Did the Greens make the CAP greener compared to the current situation?

It is very difficult to tell at this stage whether the new CAP will be more beneficial to the environment than the current one. The transfers of funds from Pillar 2 to Pillar 1 may indeed offset some potential benefits yielded by the greening component in Pillar 1.

Did the Greens make the CAP greener compared to the European Commission’s proposals?

There is no doubt that the initial proposals have suffered from an overall “watering down” along the negotiations process: more and more exemptions and flexibility were introduced, giving more room for manoeuver to Member States to interpret and implement the policy (to avoid some of parts of the greening component for example). This was the overall trend driven by the political majority inside and outside the EU institutions and although the Greens didn’t manage to prevent it, they did, certainly, limit the damage. In a lot of cases, they acted as the protectors of the Commission’s initial proposals, which were closer to their policy ideals than the final outcome is.

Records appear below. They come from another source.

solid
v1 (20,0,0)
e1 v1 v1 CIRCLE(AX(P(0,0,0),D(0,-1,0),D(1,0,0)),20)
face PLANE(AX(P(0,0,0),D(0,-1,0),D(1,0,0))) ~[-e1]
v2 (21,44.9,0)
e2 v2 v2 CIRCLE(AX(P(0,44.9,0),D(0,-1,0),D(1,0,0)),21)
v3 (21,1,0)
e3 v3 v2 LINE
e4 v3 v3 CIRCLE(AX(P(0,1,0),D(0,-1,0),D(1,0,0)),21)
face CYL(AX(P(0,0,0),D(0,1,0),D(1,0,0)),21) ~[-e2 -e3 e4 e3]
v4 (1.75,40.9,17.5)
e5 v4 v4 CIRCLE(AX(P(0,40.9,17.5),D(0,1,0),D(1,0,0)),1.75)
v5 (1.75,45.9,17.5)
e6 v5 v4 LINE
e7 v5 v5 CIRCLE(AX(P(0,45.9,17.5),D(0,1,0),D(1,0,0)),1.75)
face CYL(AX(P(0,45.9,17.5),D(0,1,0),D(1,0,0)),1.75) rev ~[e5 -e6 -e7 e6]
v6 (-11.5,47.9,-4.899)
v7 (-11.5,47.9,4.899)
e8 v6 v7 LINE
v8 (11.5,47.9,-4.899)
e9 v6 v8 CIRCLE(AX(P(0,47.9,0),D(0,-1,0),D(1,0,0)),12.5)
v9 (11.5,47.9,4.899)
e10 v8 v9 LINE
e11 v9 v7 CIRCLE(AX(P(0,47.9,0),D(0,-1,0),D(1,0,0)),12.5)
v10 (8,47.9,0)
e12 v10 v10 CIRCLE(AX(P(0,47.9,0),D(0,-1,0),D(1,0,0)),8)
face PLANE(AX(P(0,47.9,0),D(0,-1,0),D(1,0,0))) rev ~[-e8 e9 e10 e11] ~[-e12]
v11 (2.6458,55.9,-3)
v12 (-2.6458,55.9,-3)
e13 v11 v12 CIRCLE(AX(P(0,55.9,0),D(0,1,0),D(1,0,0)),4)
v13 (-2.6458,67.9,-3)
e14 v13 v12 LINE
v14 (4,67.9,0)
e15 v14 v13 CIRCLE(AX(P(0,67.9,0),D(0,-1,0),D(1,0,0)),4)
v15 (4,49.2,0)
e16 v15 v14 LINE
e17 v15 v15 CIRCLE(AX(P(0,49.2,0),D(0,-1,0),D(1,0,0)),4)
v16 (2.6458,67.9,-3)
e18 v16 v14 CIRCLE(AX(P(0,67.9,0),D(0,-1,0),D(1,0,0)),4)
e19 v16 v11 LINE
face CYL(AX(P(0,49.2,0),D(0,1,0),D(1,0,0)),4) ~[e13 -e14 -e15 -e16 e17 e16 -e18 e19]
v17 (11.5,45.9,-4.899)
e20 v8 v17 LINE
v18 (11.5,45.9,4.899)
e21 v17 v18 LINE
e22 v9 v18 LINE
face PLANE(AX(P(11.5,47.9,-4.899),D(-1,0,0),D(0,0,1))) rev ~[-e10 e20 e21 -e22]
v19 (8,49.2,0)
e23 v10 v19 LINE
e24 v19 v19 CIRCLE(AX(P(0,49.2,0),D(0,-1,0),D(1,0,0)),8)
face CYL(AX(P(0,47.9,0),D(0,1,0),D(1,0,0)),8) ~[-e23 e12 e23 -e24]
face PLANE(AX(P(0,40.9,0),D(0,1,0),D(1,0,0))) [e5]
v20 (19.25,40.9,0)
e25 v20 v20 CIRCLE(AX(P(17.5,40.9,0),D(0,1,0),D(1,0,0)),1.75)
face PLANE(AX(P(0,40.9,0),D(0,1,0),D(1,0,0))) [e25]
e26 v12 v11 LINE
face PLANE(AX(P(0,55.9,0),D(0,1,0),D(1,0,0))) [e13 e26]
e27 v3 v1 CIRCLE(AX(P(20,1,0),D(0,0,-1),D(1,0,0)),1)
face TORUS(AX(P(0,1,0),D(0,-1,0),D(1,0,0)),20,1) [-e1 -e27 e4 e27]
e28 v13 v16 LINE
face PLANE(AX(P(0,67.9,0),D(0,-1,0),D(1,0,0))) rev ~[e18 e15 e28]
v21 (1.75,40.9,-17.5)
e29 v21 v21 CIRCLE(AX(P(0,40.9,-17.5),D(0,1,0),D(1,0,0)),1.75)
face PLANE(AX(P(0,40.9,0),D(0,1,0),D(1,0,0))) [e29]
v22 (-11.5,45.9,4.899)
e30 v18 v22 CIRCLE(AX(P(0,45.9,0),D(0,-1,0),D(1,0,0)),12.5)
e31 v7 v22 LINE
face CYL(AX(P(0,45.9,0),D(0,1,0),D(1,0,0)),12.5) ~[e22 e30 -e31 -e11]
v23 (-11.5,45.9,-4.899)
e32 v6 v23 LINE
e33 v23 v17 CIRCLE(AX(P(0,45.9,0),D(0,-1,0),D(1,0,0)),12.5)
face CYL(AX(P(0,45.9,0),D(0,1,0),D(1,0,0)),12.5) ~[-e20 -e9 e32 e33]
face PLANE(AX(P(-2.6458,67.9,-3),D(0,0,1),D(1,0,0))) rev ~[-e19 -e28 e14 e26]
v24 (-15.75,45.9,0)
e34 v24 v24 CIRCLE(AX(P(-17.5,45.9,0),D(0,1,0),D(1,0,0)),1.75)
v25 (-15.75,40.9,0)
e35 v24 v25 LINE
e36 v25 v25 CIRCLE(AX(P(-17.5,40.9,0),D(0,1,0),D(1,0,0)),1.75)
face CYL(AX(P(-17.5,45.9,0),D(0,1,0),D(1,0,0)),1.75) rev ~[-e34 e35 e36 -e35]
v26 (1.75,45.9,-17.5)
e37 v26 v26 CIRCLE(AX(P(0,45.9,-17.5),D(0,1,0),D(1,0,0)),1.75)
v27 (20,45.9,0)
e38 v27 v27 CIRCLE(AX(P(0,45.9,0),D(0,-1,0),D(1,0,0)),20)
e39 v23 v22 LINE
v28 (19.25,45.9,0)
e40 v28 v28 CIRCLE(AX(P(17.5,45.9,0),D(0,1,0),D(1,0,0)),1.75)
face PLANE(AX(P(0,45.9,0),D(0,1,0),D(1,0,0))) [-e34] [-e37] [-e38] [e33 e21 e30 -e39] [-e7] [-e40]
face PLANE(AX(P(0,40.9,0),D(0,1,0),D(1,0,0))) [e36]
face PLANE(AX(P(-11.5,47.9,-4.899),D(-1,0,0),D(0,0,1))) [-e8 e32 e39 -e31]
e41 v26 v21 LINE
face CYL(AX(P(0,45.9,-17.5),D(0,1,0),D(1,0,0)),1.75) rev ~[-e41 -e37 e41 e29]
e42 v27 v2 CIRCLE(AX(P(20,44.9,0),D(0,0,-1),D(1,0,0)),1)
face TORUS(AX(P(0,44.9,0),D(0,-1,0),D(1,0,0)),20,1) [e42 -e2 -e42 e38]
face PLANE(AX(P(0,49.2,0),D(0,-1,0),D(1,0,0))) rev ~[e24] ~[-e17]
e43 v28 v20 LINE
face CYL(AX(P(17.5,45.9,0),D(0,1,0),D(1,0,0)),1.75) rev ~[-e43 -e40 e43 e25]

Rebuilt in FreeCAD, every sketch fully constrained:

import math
import FreeCAD as App
import Part
import Sketcher
from FreeCAD import Vector
Q = App.Units.Quantity


def edges_at(feature, points):
    """Names of the edges that pass closest to the given points."""
    edges = feature.Shape.Edges
    near = lambda p: min(range(len(edges)), key=lambda i: edges[i].distToShape(Part.Vertex(*p))[0])
    return sorted({f"Edge{near(p) + 1}" for p in points})

doc = App.newDocument("Part")
params = doc.addObject("Spreadsheet::Sheet", "Params")
for row, (alias, value) in enumerate([
    ("sketch1_width", "21 mm"),
    ("sketch1_width2", "4 mm"),
    ("sketch1_height", "2 mm"),
    ("sketch1_height2", "45.9 mm"),
    ("sketch1_height3", "1.3 mm"),
    ("revolution_angle", "360 deg"),
    ("sketch2_radius", "4 mm"),
    ("pocket1_length", "12 mm"),
    ("sketch3_radius", "12.5 mm"),
    ("pocket2_length", "2 mm"),
    ("fillet_radius", "1 mm"),
    ("sketch4_diameter", "3.5 mm"),
    ("pocket3_length", "5 mm"),
], start=1):
    params.set(f"A{row}", alias)
    params.set(f"B{row}", "=" + value)
    params.setAlias(f"B{row}", alias)

body = doc.addObject("PartDesign::Body", "Body")

# Sketch on XY plane
sketch1 = body.newObject("Sketcher::SketchObject", "Sketch")
sketch1.AttachmentSupport = (doc.getObject("XY_Plane"), [""])
sketch1.MapMode = "FlatFace"
sketch1.addGeometry(Part.LineSegment(Vector(0, 67.9, 0), Vector(0, 0, 0)), False)
sketch1.addGeometry(Part.LineSegment(Vector(0, 0, 0), Vector(21, 0, 0)), False)
sketch1.addGeometry(Part.LineSegment(Vector(21, 0, 0), Vector(21, 45.9, 0)), False)
sketch1.addGeometry(Part.LineSegment(Vector(21, 45.9, 0), Vector(12.5, 45.9, 0)), False)
sketch1.addGeometry(Part.LineSegment(Vector(12.5, 45.9, 0), Vector(12.5, 47.9, 0)), False)
sketch1.addGeometry(Part.LineSegment(Vector(12.5, 47.9, 0), Vector(8, 47.9, 0)), False)
sketch1.addGeometry(Part.LineSegment(Vector(8, 47.9, 0), Vector(8, 49.2, 0)), False)
sketch1.addGeometry(Part.LineSegment(Vector(8, 49.2, 0), Vector(4, 49.2, 0)), False)
sketch1.addGeometry(Part.LineSegment(Vector(4, 49.2, 0), Vector(4, 67.9, 0)), False)
sketch1.addGeometry(Part.LineSegment(Vector(4, 67.9, 0), Vector(0, 67.9, 0)), False)
sketch1.addConstraint(Sketcher.Constraint("Coincident", 0, 2, 1, 1))
sketch1.addConstraint(Sketcher.Constraint("Coincident", 1, 2, 2, 1))
sketch1.addConstraint(Sketcher.Constraint("Coincident", 2, 2, 3, 1))
sketch1.addConstraint(Sketcher.Constraint("Coincident", 3, 2, 4, 1))
sketch1.addConstraint(Sketcher.Constraint("Coincident", 4, 2, 5, 1))
sketch1.addConstraint(Sketcher.Constraint("Coincident", 5, 2, 6, 1))
sketch1.addConstraint(Sketcher.Constraint("Coincident", 6, 2, 7, 1))
sketch1.addConstraint(Sketcher.Constraint("Coincident", 7, 2, 8, 1))
sketch1.addConstraint(Sketcher.Constraint("Coincident", 8, 2, 9, 1))
sketch1.addConstraint(Sketcher.Constraint("Coincident", 9, 2, 0, 1))
sketch1.addConstraint(Sketcher.Constraint("Vertical", 0))
sketch1.addConstraint(Sketcher.Constraint("Horizontal", 1))
sketch1.addConstraint(Sketcher.Constraint("Vertical", 2))
sketch1.addConstraint(Sketcher.Constraint("Horizontal", 3))
sketch1.addConstraint(Sketcher.Constraint("Vertical", 4))
sketch1.addConstraint(Sketcher.Constraint("Horizontal", 5))
sketch1.addConstraint(Sketcher.Constraint("Vertical", 6))
sketch1.addConstraint(Sketcher.Constraint("Horizontal", 7))
sketch1.addConstraint(Sketcher.Constraint("Vertical", 8))
sketch1.addConstraint(Sketcher.Constraint("Horizontal", 9))
sketch1.addConstraint(Sketcher.Constraint("Coincident", 0, 2, -1, 1))
sketch1.addConstraint(Sketcher.Constraint("Equal", 7, 9))
sketch1.addConstraint(Sketcher.Constraint("DistanceX", 1, 1, 1, 2, Q("21 mm")))
sketch1.addConstraint(Sketcher.Constraint("DistanceX", 7, 2, 7, 1, Q("4 mm")))
sketch1.addConstraint(Sketcher.Constraint("DistanceY", 4, 1, 4, 2, Q("2 mm")))
sketch1.addConstraint(Sketcher.Constraint("DistanceY", 2, 1, 2, 2, Q("45.9 mm")))
sketch1.addConstraint(Sketcher.Constraint("DistanceY", 6, 1, 6, 2, Q("1.3 mm")))
sketch1.addConstraint(Sketcher.Constraint("DistanceY", 5, 2, 8, 2, Q("20 mm")))
sketch1.addConstraint(Sketcher.Constraint("DistanceX", -1, 1, 3, 2, Q("12.5 mm")))
sketch1.setExpression("Constraints[22]", "Params.sketch1_width")
sketch1.setExpression("Constraints[23]", "Params.sketch1_width2")
sketch1.setExpression("Constraints[24]", "Params.sketch1_height")
sketch1.setExpression("Constraints[25]", "Params.sketch1_height2")
sketch1.setExpression("Constraints[26]", "Params.sketch1_height3")
revolution = body.newObject("PartDesign::Revolution", "Revolution")
revolution.Profile = sketch1
revolution.ReferenceAxis = (sketch1, ["V_Axis"])
revolution.setExpression("Angle", "Params.revolution_angle")

# Sketch on XZ plane
sketch2 = body.newObject("Sketcher::SketchObject", "Sketch001")
sketch2.AttachmentSupport = (doc.getObject("XZ_Plane"), [""])
sketch2.MapMode = "FlatFace"
sketch2.AttachmentOffset = App.Placement(Vector(0, 0, -67.9), App.Rotation())
sketch2.addGeometry(Part.ArcOfCircle(Part.Circle(Vector(0, 0, 0), Vector(0, 0, 1), 4), math.radians(-131.410145), math.radians(-48.589855)), False)
sketch2.addGeometry(Part.LineSegment(Vector(2.6458, -3, 0), Vector(-2.6458, -3, 0)), False)
sketch2.addConstraint(Sketcher.Constraint("Coincident", 0, 1, 1, 2))
sketch2.addConstraint(Sketcher.Constraint("Coincident", 1, 1, 0, 2))
sketch2.addConstraint(Sketcher.Constraint("Horizontal", 1))
sketch2.addConstraint(Sketcher.Constraint("Coincident", 0, 3, -1, 1))
sketch2.addConstraint(Sketcher.Constraint("DistanceY", 0, 1, -1, 1, Q("3 mm")))
sketch2.addConstraint(Sketcher.Constraint("Radius", 0, Q("4 mm")))
sketch2.setExpression("Constraints[5]", "Params.sketch2_radius")
pocket1 = body.newObject("PartDesign::Pocket", "Pocket")
pocket1.Profile = sketch2
pocket1.setExpression("Length", "Params.pocket1_length")
pocket1.Reversed = True

# Sketch on XZ plane
sketch3 = body.newObject("Sketcher::SketchObject", "Sketch002")
sketch3.AttachmentSupport = (doc.getObject("XZ_Plane"), [""])
sketch3.MapMode = "FlatFace"
sketch3.AttachmentOffset = App.Placement(Vector(0, 0, -47.9), App.Rotation())
sketch3.addGeometry(Part.LineSegment(Vector(11.5, -4.899, 0), Vector(11.5, 4.899, 0)), False)
sketch3.addGeometry(Part.ArcOfCircle(Part.Circle(Vector(0, 0, 0), Vector(0, 0, 1), 12.500008), math.radians(-23.074005), math.radians(23.074005)), False)
sketch3.addGeometry(Part.ArcOfCircle(Part.Circle(Vector(0, 0, 0), Vector(0, 0, 1), 12.5), math.radians(156.925995), math.radians(203.074005)), False)
sketch3.addGeometry(Part.LineSegment(Vector(-11.5, -4.899, 0), Vector(-11.5, 4.899, 0)), False)
sketch3.addConstraint(Sketcher.Constraint("Coincident", 0, 1, 1, 1))
sketch3.addConstraint(Sketcher.Constraint("Coincident", 1, 2, 0, 2))
sketch3.addConstraint(Sketcher.Constraint("Coincident", 2, 1, 3, 2))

Whatever interpretation is given to the CAP reform that has recently been concluded, there is one undeniable achievement that the Greens have clearly contributed to: 30% of direct payments will now have to be tied to new environmental requirements. They may be imperfect but at least they exist and they are mandatory. This was not the case before. Bringing such a new component is particularly remarkable for a public policy like the CAP, which is characterised by “path-dependency”, i.e. an attachment to its current state and a high-resistance to change. In a path-dependent policy, amending existing instruments is likely to be easier than creating new ones. In this sense, the creation of the greening payment can be seen as a real victory, especially in the light of future improvements the Greens may bring to it in future negotiations.